I found some invalid PropertyMap entries, I will try to fix it and hope that ida will load the fixed assembly

A blog about .NET debugging. Lots of advanced technical info which might not all necessarily be much useful in a hands-on perspective, but it could still be quite interesting.

http://blogs.msdn.com/jmstall/

here is a tool which can change the signature in a modified file:

http://www.atrevido.net/blog/PermaLink.aspx?guid=f772c18a-f389-4c28-bd6a-a30f4ccc84f5

works excellent :-)

Dear all,

Hope you would find the article
Securing Managed Assemblies with Native Exe Interoperability (http://www.geocities.com/krishnapg/SecureAssembly.html) available at http://www.geocities.com/krishnapg/SecureAssembly.html
interesting in this regard.

Thanking you,
Yours,
P.GopalaKrishna.

Hello,

I'm trying to bypass the Strong name protecnion in one signed assembly.
I have removed the signature and recompiled the .il file and then I have loaded the assembly, but when the assembly calls one metod that has a the attribut ".permissionset linkcheck" the program fails:

Request for the permission of type System.Security.Permissions.StrongNameIdentityPermission,
mscorlib, Version=1.0.5000.0, Culture=neutral, PublicKeyToken=b77a5c561934e089 failed.

Then I have removed the entry

.permissionset linkcheck = (3C 00 50 00 65 ....)

But then I get the error

Object reference not set to an instance of an object.

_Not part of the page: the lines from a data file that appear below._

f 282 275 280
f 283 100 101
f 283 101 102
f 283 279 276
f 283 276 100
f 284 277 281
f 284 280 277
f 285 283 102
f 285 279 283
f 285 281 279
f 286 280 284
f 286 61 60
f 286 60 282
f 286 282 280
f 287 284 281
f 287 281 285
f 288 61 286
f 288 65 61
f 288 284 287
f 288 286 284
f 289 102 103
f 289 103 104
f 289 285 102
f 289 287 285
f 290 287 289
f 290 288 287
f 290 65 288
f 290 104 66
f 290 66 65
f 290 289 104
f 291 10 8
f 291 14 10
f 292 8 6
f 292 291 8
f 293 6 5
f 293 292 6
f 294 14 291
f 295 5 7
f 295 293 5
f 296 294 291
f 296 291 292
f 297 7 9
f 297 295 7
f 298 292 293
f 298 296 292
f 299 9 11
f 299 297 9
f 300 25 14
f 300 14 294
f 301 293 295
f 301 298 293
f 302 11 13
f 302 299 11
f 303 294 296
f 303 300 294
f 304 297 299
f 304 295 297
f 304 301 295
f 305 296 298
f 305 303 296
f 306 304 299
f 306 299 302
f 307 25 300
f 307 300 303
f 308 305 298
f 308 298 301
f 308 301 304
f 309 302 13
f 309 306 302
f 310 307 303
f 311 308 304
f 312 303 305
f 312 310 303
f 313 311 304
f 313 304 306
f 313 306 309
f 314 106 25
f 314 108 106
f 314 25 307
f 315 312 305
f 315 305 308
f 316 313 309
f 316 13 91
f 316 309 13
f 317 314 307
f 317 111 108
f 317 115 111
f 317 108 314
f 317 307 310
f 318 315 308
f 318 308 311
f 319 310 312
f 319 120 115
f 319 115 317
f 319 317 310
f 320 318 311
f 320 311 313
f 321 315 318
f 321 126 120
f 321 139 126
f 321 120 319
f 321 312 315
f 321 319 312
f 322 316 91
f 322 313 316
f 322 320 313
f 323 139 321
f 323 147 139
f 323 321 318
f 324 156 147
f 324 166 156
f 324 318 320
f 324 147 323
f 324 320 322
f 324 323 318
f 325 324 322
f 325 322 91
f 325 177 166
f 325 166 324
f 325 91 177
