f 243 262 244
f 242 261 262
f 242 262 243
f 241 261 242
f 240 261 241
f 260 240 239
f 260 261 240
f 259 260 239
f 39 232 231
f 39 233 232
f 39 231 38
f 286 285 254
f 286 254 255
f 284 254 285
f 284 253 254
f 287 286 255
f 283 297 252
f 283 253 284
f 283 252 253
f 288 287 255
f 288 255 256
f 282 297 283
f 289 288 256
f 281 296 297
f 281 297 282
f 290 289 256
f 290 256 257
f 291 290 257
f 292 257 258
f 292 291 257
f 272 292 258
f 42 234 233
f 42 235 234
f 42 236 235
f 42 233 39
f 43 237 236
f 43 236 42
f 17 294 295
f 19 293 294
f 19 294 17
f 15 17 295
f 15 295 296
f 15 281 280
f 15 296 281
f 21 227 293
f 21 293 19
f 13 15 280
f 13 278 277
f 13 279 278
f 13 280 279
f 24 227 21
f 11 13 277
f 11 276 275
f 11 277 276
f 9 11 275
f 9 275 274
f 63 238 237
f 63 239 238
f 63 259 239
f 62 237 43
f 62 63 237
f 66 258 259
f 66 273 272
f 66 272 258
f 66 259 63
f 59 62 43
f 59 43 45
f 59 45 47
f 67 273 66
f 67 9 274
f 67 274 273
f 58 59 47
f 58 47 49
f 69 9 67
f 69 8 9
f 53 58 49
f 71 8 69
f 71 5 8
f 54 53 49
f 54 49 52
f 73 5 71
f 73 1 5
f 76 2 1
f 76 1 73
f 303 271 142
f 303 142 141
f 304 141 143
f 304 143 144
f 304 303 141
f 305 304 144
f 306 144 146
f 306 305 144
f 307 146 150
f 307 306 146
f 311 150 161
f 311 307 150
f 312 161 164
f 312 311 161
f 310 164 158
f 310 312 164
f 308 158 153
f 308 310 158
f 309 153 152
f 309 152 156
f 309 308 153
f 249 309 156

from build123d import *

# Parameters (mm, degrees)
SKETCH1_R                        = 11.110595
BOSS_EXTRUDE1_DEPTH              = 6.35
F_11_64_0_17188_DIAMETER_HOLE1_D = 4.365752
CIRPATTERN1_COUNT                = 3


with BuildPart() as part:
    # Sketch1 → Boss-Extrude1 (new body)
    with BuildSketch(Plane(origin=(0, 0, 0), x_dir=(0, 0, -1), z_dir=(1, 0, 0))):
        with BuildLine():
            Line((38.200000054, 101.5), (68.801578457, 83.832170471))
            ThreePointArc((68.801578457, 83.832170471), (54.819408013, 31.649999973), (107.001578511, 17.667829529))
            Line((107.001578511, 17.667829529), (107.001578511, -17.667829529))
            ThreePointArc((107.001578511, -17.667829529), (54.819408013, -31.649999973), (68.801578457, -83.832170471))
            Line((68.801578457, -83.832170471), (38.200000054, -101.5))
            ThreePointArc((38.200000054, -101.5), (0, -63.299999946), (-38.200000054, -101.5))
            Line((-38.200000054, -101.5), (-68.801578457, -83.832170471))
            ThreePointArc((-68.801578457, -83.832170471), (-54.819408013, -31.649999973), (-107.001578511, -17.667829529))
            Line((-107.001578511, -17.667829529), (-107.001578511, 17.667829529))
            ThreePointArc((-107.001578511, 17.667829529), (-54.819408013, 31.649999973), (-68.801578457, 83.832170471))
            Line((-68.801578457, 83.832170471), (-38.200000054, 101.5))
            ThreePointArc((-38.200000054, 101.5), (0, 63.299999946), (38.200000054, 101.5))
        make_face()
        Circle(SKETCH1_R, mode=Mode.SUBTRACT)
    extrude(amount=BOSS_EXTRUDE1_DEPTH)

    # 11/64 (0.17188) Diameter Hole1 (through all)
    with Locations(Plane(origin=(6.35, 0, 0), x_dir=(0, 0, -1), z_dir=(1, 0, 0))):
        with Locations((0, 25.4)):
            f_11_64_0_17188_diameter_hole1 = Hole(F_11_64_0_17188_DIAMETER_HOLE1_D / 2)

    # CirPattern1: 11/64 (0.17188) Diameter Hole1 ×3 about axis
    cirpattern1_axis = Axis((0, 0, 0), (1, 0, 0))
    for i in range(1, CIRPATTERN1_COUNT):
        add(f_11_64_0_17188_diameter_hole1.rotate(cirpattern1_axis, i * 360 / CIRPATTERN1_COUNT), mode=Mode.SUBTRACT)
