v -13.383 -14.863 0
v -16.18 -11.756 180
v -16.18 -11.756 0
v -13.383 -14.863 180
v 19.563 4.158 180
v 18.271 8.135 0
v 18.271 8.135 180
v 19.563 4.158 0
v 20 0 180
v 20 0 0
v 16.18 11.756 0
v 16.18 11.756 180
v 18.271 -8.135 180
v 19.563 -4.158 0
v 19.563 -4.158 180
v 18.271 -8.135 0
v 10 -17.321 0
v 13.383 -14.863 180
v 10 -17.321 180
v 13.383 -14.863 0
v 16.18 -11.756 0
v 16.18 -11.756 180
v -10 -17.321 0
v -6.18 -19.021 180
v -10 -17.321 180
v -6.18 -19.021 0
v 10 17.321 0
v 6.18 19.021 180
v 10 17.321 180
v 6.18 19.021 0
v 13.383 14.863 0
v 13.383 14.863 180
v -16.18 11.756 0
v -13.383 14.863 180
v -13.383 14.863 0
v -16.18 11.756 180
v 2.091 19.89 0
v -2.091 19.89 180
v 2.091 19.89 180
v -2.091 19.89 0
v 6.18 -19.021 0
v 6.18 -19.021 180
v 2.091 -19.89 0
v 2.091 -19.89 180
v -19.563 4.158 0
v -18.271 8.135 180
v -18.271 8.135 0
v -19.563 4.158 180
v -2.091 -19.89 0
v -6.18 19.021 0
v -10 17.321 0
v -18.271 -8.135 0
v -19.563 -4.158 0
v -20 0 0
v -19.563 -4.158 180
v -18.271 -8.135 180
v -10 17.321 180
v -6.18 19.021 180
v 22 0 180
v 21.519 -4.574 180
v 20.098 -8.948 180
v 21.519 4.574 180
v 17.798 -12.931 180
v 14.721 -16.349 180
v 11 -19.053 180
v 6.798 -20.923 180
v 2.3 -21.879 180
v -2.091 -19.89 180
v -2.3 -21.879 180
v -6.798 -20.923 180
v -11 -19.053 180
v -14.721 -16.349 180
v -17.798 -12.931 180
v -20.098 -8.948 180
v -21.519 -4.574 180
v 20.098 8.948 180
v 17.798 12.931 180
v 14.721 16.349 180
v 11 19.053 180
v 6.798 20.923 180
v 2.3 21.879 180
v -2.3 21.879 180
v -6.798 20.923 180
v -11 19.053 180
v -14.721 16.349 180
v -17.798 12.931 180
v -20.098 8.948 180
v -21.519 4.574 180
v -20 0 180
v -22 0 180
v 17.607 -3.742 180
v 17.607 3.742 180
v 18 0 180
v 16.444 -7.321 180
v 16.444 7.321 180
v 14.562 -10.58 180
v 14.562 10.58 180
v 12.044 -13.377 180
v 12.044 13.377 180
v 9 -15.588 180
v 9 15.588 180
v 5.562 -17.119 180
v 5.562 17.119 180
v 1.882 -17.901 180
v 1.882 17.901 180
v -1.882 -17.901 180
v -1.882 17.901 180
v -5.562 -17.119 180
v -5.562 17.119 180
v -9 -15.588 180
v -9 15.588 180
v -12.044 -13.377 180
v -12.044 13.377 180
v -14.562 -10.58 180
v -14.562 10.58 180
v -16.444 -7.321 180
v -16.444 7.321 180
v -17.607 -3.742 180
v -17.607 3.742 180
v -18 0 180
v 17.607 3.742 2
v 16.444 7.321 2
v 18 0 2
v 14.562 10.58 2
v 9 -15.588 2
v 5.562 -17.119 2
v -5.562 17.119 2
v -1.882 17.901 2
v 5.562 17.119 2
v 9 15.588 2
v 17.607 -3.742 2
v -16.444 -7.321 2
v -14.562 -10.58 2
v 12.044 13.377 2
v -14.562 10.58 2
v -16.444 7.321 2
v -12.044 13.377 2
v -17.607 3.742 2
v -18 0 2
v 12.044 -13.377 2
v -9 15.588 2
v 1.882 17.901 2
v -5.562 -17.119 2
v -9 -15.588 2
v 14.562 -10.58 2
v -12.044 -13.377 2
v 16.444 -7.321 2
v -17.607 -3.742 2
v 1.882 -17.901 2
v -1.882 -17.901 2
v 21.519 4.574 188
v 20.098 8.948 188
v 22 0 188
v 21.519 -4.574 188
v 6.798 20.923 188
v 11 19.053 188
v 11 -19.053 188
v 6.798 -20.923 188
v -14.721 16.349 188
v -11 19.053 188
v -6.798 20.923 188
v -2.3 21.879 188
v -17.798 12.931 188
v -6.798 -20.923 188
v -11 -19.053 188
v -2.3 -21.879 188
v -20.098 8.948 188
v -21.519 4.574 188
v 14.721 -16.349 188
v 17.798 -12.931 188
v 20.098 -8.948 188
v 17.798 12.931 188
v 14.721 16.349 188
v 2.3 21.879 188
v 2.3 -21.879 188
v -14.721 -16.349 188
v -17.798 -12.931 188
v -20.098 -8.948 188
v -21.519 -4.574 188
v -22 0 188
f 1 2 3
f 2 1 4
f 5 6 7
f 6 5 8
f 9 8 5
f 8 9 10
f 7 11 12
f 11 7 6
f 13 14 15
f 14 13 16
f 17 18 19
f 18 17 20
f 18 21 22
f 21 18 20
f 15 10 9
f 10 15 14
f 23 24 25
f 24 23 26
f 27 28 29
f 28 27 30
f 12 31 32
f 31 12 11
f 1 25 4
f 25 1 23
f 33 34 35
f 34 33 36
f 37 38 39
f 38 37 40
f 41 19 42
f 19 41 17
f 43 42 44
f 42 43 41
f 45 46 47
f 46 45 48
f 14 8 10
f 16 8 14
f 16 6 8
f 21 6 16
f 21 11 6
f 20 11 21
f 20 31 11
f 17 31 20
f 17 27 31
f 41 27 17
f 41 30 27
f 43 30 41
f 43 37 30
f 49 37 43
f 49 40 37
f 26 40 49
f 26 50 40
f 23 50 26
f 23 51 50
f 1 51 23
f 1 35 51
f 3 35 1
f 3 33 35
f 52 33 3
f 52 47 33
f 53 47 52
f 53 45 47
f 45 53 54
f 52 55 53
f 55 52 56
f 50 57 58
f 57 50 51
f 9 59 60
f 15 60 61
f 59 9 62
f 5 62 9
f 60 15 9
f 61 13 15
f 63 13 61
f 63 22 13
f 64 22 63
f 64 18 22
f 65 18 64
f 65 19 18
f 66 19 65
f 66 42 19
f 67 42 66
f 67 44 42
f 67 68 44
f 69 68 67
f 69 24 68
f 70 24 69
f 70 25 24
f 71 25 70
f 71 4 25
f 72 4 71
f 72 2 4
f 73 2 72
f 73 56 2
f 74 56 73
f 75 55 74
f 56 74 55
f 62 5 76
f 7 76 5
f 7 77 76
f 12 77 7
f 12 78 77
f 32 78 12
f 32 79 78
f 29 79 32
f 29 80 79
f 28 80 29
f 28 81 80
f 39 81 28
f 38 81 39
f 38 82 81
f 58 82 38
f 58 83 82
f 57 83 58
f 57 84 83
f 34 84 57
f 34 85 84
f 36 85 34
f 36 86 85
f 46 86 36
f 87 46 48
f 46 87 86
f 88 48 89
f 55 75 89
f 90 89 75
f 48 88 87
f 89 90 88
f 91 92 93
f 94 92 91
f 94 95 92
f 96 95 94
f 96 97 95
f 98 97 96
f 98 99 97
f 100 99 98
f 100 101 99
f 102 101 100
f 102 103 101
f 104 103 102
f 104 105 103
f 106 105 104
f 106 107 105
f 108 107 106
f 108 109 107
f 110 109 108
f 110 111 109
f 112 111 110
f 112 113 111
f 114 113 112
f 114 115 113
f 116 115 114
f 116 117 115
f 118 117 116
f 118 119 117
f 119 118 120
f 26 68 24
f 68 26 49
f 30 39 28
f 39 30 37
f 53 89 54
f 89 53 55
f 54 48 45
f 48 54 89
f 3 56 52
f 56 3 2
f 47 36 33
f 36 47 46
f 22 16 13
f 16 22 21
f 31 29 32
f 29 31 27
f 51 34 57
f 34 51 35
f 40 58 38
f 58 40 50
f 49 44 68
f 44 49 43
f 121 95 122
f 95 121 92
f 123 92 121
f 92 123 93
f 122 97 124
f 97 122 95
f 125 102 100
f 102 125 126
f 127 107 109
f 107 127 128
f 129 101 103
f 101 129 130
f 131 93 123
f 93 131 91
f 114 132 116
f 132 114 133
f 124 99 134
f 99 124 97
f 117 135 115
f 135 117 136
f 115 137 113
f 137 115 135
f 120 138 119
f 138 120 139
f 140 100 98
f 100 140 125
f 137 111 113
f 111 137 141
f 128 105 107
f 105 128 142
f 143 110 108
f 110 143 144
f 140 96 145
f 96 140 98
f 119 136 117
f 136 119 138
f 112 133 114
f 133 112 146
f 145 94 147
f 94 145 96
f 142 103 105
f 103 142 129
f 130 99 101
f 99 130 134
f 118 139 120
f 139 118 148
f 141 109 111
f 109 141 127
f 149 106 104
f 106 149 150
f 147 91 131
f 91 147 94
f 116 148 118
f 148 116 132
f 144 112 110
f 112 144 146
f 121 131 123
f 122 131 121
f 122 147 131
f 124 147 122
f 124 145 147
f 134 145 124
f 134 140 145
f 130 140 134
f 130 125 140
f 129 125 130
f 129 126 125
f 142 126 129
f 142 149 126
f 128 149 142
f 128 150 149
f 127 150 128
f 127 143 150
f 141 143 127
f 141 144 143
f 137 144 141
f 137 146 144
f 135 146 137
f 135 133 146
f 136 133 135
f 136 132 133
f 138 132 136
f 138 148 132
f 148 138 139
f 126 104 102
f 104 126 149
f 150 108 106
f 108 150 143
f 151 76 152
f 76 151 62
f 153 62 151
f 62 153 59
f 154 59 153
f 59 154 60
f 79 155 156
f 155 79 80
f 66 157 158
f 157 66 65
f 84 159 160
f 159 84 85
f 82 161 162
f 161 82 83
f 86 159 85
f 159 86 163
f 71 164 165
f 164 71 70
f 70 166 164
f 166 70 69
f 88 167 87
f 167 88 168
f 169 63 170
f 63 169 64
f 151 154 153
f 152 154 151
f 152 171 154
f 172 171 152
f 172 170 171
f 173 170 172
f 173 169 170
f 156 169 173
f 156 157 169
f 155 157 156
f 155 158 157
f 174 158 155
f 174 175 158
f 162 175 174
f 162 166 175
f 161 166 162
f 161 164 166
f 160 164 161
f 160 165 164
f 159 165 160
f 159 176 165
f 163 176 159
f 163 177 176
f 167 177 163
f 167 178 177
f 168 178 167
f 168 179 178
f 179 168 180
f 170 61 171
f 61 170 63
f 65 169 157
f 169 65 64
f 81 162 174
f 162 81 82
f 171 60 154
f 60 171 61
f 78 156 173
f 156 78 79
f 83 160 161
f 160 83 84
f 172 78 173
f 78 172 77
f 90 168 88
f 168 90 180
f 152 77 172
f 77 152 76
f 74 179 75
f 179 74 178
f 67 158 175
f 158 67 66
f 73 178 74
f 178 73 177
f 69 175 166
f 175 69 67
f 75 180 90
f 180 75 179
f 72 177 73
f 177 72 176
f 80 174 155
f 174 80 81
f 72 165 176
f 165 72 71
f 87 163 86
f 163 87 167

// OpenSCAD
// file: ../lib/lib_jar.scad
// jar.scad

module jar_body(JAR_h, JAR_r, WALL=2) {
    difference() {
        cylinder(h = JAR_h, r = JAR_r);

        translate([0,0,WALL])
            cylinder(h = JAR_h, r = JAR_r - WALL);
    }
}

module jar_lid(JAR_h, JAR_r, LID_h=8, LID_extra=2) {
    translate([0,0,JAR_h])
        cylinder(h = LID_h, r = JAR_r + LID_extra);
}
// main file
include <../lib/lib_jar.scad>;

JAR_h = 180;
JAR_r = 20;

color("lightblue")
jar_body(JAR_h, JAR_r);

color("gray")
jar_lid(JAR_h, JAR_r);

Do you Know how to bypass the StrongNameIdentityPermission?

Thanks

For the simple minded, or those that are looking to do some .Net assembly (RE-configuring), read on.
If you are looking to modify strong named assemblies, or not, on your local server,
step 1. download Microsoft .NET Framework 2.0 SDK Beta from MSDN if you don't have it. For those that insist on the old stuff, you can download the 1.1 release.
step 2. decompile the assembly (run ildasm.exe). It's a good idea to create a subfolder (i.e. IL) for the output *.il, *.res, *.resources, etc.
step 3. edit/patch/whatever the *.il assembly (using notepad or similar)
At this point, better before, it's a good idea to backup the original assembly to a new name or different folder.
step 4. compile using (ilasm.exe)
example below for dll assembly:
ilasm "C:\Program Files\Some Software Folder\IL\Your_assembly.il" /resource:"C:\Program Files\Some Software Folder\IL\Your_assembly.res" /dll /output:"C:\Program Files\Some Software Folder\bin\Your_assembly.dll"
step 5. run PEVerify.exe
example below:
PEVerify "C:\Program Files\Some Software Folder\bin\Your_assembly.dll" /md /il
This will tell you a few things.
1. Is this a strong named assembly
2. Is this a managed code assembly
3. Did you F*** up the modifications in your *.il file
If a strong named assembly, then,
step 6. Delete the assembly from the GAC. On my machine it is here:
C:\WINDOWS\assembly
step 7. run sn.exe to remove the strong named assembly from the verification
process in .Net.
example below:
sn -Vr "C:\Program Files\Some Software Folder\bin\Your_assembly.dll"
This must be done on the computer/server where the bin or GAC libraries are.
step 8. goback and run step 5.
PEVerify should not complain any more about the assembly.
Move the assembly to whatever bin folder if not compiled there already, or
if using GAC, then,
step 9. Run gacutil.exe for your *.dll
example below:
gacutil /i "C:\Program Files\Some Software Folder\bin\Your_assembly.dll"

Voila!!

It's always a good idea to cleanup old .Net temp files before using the new
assembly.
On my WINXP SP1 machine running .Net framework 2.0 it would be here:
C:\WINDOWS\Microsoft.NET\Framework\v2.0.40607\Temporary ASP.NET Files.

Make sure you delete ALL occurrences of the old assembly if not using the GAC, OR make references to your NEW and improved assembly.

You should be good to go after that.

Special note: Yes, some vendors are using obfuscators to trick up decompilers, notably ILDASM. I have had some success in exposing the code using a product
from:
http://www.remotesoft.com/

RemoteSoft DotNet explorer. Excellent tool. If you have the bucks it will
do everything, but at the very least, the free version will let you look
at the assembly and it's internals.

Cheers

You might also look at:
http://www.aisto.com/roeder/dotnet/

In my experience .Net Reflector succeeds where even RemoteSoft's tools fails.

I used the 'resign' method' a while back (figured it out myself) as the 'unpacking' of the SN protection failed for me.